Donald Trump hatte zuvor mit dem Südkoreanischen Präsidenten Moon Jae telefoniert. Sie hätten gemeinsam darüber diskutiert, den Druck auf Nordkorea aufrecht zu erhalten, heisst es im Statement weiter.

Moon Jae In hatte am Mittwoch seine Bereitschaft zu einem Treffen mit dem nordkoreanischen Machthaber Kim Jong-un bekräftigt. Falls «konkrete Ergebnisse» erzielten werden könnten, würde er einem Treffen zustimmen, sagte er in Seoul.

Die Verhinderung eines weiteren Krieges und die Schaffung einer atomwaffenfreien Halbinsel sei das Ziel, sagte Präsident Moon Jae In auf seiner Neujahrespressekonferenz. Er betonte, dass er sich für weitere Gespräche zwischen den beiden Koreas einsetzen werde.

Am Dienstag hatten sich die beiden Länder bei ihren ersten Gesprächen seit zwei Jahren auf weitreichende Massnahmen zur Verbesserung ihrer Beziehungen geeinigt. Nordkorea will unter anderem eine Delegation zu den Olympischen Winterspielen in Pyeongchang im Februar entsenden.

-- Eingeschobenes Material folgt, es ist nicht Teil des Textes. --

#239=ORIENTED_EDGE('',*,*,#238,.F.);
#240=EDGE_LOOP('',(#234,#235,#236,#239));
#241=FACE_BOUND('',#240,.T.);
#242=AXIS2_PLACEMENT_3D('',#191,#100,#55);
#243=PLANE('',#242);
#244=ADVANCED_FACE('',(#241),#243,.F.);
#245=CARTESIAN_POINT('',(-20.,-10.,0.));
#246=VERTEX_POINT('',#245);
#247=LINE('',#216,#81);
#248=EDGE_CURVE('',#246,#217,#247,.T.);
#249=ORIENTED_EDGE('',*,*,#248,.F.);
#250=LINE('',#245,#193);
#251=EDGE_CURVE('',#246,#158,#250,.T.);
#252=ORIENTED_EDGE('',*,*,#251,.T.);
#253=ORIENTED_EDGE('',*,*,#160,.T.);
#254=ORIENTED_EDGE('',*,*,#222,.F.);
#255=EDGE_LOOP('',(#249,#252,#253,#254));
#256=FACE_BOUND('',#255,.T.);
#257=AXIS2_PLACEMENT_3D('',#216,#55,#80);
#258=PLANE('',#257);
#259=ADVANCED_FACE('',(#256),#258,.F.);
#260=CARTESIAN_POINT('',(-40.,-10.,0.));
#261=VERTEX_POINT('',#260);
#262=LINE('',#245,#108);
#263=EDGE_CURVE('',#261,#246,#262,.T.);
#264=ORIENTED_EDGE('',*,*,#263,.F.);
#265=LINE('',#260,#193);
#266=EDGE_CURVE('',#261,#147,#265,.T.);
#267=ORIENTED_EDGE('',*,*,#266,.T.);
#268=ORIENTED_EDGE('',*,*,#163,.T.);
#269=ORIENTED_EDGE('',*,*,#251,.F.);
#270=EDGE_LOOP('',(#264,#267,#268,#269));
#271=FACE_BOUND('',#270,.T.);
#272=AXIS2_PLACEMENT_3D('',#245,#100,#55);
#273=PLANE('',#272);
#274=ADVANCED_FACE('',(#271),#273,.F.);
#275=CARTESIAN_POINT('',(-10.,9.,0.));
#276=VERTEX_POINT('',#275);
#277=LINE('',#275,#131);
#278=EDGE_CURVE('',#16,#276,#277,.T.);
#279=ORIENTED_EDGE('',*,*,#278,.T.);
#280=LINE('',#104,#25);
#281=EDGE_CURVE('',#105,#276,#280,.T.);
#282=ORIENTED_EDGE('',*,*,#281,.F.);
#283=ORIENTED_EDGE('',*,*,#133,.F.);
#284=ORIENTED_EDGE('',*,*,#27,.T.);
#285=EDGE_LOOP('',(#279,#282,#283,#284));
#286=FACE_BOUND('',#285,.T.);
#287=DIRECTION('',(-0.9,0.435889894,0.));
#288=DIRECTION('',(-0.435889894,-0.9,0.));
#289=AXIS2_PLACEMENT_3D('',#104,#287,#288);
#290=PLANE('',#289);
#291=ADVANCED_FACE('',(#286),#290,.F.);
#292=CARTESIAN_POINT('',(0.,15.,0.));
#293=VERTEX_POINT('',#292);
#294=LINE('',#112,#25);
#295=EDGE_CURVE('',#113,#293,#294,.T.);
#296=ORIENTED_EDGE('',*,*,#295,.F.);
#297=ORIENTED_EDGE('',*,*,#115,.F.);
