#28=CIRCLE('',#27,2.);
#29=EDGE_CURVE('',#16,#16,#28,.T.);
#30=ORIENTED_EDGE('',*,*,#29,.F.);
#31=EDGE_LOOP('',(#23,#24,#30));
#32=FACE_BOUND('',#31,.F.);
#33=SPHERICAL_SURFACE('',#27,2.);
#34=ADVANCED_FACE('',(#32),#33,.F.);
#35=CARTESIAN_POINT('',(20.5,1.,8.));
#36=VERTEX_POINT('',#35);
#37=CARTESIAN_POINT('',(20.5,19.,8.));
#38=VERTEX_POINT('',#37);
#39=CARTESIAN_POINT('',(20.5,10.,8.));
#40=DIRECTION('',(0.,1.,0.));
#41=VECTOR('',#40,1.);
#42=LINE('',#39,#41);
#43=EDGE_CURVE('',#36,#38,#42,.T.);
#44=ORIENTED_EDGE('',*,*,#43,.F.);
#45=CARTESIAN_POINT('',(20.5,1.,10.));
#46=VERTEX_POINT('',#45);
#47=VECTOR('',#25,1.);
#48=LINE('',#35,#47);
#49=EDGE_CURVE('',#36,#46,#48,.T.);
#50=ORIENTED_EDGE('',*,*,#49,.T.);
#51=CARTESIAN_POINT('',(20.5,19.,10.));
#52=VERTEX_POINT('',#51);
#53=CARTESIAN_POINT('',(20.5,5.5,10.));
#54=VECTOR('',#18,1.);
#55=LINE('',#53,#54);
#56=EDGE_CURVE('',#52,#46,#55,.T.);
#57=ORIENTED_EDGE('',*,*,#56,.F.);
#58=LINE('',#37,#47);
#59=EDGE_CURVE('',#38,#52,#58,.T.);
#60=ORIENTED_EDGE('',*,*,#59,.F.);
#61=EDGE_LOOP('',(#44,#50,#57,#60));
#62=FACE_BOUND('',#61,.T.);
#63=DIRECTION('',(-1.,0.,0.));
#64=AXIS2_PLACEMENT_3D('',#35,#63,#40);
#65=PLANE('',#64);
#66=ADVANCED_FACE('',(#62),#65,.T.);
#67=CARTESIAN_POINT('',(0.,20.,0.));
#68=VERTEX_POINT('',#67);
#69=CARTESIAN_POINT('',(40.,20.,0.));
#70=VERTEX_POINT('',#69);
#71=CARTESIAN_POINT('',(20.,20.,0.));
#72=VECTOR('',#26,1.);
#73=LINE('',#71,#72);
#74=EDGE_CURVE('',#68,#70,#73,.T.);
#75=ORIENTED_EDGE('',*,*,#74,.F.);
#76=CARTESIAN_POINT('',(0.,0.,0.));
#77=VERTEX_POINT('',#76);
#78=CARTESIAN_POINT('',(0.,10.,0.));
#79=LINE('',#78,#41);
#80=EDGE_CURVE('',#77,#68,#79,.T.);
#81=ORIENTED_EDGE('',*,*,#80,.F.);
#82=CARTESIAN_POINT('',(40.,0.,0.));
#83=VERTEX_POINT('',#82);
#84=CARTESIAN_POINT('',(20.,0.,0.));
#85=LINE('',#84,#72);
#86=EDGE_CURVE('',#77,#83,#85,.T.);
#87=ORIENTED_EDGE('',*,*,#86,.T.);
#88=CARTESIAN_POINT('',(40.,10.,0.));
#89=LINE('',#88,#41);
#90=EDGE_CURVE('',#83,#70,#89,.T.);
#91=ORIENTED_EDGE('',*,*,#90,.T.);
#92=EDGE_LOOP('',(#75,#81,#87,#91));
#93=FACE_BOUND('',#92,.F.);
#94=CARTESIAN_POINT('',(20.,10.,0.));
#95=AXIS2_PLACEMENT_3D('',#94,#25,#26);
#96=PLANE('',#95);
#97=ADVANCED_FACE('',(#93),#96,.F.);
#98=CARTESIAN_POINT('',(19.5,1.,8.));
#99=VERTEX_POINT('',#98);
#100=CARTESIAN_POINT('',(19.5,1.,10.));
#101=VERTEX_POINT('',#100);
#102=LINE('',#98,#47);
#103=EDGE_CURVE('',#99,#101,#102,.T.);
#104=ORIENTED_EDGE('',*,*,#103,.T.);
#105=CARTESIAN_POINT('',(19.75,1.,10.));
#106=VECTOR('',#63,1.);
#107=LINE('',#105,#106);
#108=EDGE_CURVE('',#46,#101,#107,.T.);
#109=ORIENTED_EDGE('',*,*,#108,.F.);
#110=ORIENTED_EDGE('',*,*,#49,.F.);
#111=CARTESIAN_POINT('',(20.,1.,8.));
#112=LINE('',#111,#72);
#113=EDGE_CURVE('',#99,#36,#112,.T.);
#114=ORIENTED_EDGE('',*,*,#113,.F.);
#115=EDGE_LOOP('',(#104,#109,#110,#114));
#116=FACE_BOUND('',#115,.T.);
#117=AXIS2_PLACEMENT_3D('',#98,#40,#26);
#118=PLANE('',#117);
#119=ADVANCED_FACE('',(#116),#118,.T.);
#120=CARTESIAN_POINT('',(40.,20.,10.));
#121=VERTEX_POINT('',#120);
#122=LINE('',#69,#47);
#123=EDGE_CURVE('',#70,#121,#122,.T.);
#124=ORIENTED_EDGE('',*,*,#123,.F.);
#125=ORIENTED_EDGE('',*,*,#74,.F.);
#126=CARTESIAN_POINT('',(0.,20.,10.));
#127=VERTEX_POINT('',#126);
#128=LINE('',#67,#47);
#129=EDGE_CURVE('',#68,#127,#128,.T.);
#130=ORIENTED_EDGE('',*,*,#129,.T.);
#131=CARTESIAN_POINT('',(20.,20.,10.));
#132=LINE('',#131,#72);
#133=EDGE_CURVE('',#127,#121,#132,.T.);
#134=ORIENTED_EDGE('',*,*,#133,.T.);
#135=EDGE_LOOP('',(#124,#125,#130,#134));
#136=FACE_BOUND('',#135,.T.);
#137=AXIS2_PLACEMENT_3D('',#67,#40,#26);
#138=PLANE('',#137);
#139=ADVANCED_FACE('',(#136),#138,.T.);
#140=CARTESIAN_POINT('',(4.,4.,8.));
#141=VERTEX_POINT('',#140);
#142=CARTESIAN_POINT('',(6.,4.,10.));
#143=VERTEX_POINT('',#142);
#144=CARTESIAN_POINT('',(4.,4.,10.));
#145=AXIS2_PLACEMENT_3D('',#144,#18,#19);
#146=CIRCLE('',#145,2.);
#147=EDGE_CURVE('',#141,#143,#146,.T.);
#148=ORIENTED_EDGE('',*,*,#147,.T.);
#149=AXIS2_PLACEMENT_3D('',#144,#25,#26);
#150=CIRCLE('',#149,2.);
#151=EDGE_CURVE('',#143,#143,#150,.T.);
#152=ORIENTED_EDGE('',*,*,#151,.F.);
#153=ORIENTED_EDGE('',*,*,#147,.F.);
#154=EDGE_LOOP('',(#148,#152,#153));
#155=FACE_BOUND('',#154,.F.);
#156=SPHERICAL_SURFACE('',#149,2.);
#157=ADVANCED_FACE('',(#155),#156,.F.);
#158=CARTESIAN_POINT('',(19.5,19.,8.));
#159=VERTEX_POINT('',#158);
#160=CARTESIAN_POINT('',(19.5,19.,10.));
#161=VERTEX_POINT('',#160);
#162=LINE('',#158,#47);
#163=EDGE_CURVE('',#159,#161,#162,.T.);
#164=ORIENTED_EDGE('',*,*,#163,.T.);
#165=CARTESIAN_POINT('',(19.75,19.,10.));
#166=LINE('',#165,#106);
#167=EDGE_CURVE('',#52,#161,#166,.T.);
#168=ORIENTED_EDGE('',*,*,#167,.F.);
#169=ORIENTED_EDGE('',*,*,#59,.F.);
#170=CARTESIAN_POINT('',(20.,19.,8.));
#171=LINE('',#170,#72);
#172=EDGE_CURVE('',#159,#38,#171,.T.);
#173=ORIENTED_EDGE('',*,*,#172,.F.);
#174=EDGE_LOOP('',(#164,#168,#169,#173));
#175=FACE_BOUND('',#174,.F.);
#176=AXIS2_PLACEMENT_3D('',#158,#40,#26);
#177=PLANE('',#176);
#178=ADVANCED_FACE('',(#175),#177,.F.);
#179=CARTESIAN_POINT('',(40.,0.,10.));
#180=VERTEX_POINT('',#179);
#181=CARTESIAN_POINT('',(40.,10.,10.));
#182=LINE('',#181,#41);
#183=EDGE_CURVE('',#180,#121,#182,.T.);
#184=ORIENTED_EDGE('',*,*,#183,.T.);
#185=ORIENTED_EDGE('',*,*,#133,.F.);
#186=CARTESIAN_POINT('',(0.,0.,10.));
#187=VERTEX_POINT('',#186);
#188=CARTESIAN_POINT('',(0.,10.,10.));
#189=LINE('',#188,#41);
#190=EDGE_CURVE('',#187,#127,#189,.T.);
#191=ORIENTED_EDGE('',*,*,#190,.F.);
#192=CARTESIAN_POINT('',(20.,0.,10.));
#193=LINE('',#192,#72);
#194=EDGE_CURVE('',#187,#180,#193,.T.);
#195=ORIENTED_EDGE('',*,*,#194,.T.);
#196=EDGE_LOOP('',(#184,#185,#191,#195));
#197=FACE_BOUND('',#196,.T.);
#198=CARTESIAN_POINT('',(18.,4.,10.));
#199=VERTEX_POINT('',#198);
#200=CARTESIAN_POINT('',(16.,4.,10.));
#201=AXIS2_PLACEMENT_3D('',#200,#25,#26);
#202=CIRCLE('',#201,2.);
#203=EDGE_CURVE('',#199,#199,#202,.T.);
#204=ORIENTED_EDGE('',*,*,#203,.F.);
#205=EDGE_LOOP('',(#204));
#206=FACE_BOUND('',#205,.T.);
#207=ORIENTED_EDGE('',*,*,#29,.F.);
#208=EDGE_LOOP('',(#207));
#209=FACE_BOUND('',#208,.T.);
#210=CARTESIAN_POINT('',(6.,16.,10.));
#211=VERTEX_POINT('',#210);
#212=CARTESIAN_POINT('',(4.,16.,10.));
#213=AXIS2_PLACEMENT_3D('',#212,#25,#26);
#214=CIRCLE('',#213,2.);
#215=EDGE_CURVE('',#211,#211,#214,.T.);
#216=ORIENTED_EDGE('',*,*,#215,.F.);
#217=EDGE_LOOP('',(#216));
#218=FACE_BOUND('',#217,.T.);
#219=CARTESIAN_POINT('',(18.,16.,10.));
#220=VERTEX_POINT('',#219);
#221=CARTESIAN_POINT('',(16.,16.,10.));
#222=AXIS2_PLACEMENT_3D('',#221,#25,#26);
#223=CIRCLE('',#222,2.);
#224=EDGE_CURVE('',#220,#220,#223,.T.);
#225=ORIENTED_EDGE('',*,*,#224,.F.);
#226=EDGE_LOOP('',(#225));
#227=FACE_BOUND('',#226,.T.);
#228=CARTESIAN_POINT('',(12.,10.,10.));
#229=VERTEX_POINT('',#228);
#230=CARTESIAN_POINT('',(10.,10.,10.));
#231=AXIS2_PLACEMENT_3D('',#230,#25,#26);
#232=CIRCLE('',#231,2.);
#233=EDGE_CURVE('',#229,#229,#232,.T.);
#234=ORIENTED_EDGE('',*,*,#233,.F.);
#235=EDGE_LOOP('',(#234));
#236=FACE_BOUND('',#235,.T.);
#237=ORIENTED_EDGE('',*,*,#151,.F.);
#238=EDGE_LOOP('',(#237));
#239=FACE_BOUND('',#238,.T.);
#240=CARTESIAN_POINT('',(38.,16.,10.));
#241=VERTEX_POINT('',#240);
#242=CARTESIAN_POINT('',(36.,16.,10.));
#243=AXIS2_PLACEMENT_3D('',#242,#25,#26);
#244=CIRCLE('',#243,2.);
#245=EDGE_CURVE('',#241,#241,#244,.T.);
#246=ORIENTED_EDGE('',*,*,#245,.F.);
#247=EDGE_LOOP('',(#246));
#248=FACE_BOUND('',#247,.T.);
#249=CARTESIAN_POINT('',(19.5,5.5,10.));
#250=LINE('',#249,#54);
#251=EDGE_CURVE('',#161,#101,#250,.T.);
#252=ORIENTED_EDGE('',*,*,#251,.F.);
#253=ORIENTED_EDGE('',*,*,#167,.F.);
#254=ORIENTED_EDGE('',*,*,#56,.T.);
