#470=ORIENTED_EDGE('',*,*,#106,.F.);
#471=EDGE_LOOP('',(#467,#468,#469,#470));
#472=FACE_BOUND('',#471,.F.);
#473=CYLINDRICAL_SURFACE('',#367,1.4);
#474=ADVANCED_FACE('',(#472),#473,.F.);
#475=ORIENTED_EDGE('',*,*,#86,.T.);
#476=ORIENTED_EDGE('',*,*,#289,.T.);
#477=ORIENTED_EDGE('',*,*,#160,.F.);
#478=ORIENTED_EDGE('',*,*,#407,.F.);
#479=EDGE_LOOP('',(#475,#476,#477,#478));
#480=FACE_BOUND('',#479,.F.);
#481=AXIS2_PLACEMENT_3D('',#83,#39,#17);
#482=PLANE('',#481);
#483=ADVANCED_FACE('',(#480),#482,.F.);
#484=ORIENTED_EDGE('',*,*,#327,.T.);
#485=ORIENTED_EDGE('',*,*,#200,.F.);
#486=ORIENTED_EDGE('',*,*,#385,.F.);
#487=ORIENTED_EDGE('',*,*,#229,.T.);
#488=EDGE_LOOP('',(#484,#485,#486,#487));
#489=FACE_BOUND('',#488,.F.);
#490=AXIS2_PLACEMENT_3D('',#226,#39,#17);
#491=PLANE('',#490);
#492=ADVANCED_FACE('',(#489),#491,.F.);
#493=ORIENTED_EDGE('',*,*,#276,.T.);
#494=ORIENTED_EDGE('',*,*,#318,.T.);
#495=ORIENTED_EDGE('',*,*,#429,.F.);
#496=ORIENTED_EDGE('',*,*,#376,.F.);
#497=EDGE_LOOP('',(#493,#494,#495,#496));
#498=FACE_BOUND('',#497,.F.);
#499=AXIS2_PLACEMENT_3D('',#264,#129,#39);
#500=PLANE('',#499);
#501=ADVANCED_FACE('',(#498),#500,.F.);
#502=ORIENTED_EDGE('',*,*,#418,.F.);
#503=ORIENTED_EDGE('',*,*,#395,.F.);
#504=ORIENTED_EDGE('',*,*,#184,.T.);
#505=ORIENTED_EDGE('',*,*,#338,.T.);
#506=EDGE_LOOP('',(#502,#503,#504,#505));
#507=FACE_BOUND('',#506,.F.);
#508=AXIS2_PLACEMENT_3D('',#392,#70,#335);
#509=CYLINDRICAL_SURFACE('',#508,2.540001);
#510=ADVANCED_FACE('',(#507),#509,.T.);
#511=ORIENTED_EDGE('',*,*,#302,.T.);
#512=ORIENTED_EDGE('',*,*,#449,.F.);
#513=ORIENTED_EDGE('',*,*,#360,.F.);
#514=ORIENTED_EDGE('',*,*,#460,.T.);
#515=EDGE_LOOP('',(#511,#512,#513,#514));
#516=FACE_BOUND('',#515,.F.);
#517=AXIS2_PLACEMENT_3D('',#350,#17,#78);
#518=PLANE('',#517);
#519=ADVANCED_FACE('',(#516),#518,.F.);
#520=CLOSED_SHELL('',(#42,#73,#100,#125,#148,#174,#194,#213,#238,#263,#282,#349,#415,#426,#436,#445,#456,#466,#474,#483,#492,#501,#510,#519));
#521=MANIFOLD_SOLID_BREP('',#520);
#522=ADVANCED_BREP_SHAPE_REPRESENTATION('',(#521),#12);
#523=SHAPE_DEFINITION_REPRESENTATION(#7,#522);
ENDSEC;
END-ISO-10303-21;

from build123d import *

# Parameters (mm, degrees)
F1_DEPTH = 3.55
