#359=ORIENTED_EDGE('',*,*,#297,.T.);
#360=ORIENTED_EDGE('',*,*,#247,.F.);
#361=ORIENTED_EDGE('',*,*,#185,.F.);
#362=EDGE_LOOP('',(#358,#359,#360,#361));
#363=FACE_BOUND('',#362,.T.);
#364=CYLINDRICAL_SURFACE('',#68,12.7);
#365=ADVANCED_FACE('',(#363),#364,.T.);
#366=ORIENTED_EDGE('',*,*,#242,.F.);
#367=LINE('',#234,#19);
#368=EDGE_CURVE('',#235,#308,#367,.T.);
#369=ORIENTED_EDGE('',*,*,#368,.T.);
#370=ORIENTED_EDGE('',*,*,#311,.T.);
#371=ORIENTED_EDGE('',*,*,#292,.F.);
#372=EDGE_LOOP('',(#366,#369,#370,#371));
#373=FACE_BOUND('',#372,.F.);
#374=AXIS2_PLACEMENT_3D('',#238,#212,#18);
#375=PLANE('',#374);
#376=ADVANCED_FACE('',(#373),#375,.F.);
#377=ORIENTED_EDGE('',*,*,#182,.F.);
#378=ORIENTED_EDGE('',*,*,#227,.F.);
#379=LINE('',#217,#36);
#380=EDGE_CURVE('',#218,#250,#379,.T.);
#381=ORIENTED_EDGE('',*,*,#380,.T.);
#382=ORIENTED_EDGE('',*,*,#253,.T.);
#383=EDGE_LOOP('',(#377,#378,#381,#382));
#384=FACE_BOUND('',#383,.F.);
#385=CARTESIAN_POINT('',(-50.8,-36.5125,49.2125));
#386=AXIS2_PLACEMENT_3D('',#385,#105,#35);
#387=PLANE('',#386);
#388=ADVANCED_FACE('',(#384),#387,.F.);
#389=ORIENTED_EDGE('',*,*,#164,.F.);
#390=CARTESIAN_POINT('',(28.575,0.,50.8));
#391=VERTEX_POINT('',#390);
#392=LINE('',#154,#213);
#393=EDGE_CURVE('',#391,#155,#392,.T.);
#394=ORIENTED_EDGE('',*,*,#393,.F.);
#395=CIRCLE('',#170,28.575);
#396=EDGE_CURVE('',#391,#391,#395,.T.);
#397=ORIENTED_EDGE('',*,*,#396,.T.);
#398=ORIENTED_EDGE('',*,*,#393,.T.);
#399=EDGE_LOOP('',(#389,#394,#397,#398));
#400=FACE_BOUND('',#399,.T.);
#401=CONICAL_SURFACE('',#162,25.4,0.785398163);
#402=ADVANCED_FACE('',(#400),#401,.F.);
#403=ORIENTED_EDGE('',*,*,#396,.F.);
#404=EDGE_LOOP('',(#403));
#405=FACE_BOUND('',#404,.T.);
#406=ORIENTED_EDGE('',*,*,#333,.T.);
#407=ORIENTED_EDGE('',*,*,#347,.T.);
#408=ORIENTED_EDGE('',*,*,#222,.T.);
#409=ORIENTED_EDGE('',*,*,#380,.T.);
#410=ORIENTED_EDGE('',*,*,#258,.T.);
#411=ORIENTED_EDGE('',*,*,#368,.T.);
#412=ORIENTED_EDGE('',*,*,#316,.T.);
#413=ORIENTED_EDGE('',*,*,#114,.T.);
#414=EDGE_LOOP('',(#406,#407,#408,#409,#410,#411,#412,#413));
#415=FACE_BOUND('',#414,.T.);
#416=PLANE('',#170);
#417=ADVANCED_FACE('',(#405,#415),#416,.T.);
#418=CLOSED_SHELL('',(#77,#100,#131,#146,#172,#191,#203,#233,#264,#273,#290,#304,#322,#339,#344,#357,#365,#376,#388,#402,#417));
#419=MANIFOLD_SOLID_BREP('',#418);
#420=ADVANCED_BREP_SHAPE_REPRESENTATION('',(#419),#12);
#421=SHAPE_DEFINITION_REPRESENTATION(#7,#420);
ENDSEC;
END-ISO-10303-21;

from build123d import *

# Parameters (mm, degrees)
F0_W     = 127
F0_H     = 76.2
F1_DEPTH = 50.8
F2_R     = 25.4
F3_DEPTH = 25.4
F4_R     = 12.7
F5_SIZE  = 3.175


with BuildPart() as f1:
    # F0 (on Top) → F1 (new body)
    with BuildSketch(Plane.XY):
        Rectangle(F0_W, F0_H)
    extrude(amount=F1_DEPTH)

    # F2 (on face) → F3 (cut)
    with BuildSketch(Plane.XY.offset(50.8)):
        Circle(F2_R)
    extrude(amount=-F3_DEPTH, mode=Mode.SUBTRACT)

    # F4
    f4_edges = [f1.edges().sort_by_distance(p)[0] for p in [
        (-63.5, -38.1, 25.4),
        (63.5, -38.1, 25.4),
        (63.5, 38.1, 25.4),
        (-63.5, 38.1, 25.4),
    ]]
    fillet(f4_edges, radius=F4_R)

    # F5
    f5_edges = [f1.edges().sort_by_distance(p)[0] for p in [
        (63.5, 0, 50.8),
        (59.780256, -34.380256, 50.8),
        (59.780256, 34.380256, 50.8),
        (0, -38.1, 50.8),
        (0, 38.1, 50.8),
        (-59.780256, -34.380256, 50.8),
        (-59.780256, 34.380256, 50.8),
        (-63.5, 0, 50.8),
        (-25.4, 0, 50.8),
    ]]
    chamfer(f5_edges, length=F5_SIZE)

Gespräche zwischen Nord- und Südkorea

Trotz der jüngsten Entspannung im Verhältnis zu Nordkorea verlangt Südkorea weiter den Verzicht auf Atomwaffen. Die Denuklearisierung der koreanischen Halbinsel sei ein grundlegendes Ziel, das niemals aufgegeben werde, sagte Moon Jae In.

Das Thema könne bei Gesprächen über eine Entspannung der Beziehungen zwischen den beiden Staaten nicht ausgeklammert werden. Zudem drohte er mit weiteren Sanktionen, sollte es von Nordkorea neue Provokationen geben.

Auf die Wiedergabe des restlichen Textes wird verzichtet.